In their research article, the co-authors reported on eight children diagnosed with the syndrome. All were very small at or before birth, and six had severe feeding problems that required tube feeding in first few years of life. Some of the patients received human growth hormone treatments, which were safe and effective. Except for one infant, the patients ranged from 4 to 12 years of age when the study occurred. They did not have major developmental delays and all were in mainstream schools working at grade level.

Before the cause of their symptoms was identified, the children and families experienced long “diagnostic odysseys.” The authors suggest that infants with unexplained severe growth failure should receive specialized diagnostic testing that can identify this syndrome and allow for early intervention and treatment. The study team also expects that more children will be identified with MBCS as knowledge of the syndrome spreads to healthcare providers.

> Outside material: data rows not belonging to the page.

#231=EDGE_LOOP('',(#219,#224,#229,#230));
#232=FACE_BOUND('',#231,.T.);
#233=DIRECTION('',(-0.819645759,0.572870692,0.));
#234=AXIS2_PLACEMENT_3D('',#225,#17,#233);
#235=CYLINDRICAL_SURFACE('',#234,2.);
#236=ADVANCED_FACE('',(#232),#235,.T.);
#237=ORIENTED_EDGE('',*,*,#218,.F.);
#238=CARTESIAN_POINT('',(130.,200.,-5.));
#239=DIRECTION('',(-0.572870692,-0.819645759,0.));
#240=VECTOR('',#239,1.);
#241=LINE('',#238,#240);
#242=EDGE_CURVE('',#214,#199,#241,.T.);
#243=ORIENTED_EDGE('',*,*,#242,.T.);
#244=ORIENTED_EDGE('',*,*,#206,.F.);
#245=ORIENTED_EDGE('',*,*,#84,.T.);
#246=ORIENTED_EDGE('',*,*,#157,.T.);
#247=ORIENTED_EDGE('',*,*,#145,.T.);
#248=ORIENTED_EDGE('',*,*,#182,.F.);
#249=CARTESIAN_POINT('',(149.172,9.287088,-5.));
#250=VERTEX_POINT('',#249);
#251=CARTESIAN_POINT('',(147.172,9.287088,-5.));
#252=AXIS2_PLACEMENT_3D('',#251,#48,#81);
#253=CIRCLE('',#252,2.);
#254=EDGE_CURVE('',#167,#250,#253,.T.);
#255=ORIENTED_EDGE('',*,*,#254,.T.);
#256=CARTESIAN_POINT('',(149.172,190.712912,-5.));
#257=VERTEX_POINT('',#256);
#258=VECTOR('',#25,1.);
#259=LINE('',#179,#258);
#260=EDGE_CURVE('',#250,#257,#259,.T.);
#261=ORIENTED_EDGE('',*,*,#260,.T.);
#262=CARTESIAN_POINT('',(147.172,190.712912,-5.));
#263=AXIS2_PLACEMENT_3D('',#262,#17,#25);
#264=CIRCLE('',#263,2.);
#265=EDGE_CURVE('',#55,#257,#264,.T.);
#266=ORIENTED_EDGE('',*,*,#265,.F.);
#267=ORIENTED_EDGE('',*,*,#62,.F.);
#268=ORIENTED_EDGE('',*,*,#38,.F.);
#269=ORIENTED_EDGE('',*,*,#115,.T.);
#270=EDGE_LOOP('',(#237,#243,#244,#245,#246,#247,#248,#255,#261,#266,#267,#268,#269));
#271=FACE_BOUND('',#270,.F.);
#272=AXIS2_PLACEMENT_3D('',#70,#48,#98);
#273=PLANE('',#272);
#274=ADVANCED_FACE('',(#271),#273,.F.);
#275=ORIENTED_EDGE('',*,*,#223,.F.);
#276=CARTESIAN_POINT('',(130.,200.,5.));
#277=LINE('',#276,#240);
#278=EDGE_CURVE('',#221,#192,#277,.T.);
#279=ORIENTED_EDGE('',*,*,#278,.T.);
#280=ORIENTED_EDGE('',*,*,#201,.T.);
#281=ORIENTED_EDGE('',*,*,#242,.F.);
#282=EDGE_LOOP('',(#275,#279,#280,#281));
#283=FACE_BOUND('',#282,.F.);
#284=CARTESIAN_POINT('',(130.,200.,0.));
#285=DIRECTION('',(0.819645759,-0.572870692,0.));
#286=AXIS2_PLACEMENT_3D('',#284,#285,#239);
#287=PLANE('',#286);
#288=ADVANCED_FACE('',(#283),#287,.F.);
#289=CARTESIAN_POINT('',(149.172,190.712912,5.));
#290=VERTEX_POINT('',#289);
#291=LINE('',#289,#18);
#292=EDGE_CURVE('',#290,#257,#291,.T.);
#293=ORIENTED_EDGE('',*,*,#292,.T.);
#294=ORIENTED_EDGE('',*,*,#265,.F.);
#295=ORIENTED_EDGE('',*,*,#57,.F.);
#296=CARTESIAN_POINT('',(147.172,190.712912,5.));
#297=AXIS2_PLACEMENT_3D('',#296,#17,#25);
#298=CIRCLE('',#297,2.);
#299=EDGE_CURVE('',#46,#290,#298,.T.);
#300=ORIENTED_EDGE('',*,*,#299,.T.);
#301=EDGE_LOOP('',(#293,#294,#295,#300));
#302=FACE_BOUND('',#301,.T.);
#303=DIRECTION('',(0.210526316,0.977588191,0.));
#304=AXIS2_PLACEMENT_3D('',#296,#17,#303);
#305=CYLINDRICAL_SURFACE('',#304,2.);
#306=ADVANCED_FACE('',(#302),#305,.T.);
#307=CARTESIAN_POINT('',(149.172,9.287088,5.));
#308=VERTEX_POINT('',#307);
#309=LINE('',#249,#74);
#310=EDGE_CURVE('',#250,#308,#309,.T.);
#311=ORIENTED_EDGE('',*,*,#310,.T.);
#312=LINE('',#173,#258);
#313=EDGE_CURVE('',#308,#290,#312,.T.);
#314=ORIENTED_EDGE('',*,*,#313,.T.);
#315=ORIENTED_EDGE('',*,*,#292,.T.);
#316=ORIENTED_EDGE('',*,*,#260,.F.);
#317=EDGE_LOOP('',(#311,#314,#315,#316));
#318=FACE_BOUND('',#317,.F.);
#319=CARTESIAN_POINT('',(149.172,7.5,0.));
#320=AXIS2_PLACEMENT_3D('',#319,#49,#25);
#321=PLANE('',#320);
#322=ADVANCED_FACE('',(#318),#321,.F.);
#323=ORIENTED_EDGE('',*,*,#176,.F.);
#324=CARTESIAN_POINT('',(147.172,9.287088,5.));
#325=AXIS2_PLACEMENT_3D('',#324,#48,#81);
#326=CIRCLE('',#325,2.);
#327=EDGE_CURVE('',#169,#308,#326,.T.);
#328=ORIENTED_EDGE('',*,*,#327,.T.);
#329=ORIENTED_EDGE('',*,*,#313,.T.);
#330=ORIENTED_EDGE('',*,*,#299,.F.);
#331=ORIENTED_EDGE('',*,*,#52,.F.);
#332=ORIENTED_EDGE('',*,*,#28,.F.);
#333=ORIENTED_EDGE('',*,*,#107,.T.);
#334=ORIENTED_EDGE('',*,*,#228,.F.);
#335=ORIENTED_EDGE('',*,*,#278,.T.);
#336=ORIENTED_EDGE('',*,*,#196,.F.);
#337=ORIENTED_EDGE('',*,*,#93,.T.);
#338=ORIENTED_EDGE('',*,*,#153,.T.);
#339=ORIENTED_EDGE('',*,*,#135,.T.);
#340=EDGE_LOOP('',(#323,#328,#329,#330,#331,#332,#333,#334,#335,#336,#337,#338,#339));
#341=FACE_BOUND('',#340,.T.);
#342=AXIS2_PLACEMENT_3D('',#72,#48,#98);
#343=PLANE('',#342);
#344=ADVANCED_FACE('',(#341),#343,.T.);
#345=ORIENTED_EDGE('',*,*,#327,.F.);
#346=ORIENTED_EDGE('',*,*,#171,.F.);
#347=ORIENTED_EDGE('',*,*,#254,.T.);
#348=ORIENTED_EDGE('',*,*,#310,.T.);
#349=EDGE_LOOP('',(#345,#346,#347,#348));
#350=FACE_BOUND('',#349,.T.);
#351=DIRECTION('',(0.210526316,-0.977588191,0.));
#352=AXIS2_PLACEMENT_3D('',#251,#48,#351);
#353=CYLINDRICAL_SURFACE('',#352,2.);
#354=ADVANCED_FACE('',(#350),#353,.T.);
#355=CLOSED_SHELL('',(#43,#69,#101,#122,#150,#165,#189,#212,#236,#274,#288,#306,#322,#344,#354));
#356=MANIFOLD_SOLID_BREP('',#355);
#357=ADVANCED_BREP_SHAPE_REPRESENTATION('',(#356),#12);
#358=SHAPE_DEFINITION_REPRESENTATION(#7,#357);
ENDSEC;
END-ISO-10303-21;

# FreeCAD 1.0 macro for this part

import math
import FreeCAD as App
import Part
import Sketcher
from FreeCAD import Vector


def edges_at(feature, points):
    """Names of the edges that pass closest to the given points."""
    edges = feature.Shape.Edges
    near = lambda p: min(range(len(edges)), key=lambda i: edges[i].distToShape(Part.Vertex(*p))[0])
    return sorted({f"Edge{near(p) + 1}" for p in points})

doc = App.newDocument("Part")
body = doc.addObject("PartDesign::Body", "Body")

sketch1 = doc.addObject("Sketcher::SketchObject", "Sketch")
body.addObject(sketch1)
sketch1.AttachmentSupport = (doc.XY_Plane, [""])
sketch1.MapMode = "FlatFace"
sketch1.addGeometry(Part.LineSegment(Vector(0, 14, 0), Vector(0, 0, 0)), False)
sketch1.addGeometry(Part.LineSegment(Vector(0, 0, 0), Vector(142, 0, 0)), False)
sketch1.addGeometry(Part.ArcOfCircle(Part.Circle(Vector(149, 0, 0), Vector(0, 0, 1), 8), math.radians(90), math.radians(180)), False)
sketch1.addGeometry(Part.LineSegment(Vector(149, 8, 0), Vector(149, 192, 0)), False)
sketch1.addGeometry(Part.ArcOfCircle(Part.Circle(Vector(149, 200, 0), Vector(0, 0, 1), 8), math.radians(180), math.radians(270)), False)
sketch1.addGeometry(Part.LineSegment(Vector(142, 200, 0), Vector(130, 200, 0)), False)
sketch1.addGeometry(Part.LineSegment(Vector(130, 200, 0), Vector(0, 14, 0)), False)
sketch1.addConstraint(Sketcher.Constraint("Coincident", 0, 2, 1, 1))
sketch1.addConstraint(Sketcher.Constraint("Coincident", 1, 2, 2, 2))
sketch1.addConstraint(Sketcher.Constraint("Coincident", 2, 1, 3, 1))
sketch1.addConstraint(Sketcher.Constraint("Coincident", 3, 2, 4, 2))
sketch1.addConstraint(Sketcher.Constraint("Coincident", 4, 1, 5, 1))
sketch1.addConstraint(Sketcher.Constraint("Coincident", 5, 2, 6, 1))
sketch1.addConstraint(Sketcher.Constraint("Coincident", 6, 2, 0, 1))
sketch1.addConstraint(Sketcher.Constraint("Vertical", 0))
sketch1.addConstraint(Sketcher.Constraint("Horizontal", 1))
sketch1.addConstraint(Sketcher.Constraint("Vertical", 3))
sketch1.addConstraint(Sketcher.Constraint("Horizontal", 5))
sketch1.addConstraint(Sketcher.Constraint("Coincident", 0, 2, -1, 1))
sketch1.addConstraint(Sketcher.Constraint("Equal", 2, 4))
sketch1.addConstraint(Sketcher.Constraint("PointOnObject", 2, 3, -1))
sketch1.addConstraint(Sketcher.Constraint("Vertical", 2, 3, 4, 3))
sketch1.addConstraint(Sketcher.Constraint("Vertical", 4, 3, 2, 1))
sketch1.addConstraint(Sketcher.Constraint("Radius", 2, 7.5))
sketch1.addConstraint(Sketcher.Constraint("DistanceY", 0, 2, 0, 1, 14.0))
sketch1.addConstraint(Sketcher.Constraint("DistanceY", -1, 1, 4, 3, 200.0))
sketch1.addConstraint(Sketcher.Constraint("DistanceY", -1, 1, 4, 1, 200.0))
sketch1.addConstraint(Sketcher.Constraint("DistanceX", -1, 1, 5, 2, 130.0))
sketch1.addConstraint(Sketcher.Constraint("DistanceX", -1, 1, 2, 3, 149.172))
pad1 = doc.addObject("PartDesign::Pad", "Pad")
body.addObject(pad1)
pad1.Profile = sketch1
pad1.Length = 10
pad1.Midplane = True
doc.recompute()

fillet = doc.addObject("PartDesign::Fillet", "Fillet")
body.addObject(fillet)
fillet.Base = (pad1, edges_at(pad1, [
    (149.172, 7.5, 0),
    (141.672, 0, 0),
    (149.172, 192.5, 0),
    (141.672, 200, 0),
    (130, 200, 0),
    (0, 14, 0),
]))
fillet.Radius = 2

“The staggering improvements in diagnosis of genetic disorders over the past two decades have led to greatly improved diagnostic rates, and to many discoveries, such as the identification of the newly described Mulchandani-Bhoj-Conlin syndrome,” said Nancy B. Spinner, PhD, chief of the Division of Genomic Diagnostics at CHOP. “We are so proud to be a part of helping families of children find answers, which we hope will lead to improved care, a better understanding of disease mechanisms, and eventual treatments.”

Mulchandani et al “Maternal uniparental disomy of chromosome 20: a novel imprinting disorder of growth failure,” Genetics in Medicine, online Aug. 6, 2015, in print April 2016.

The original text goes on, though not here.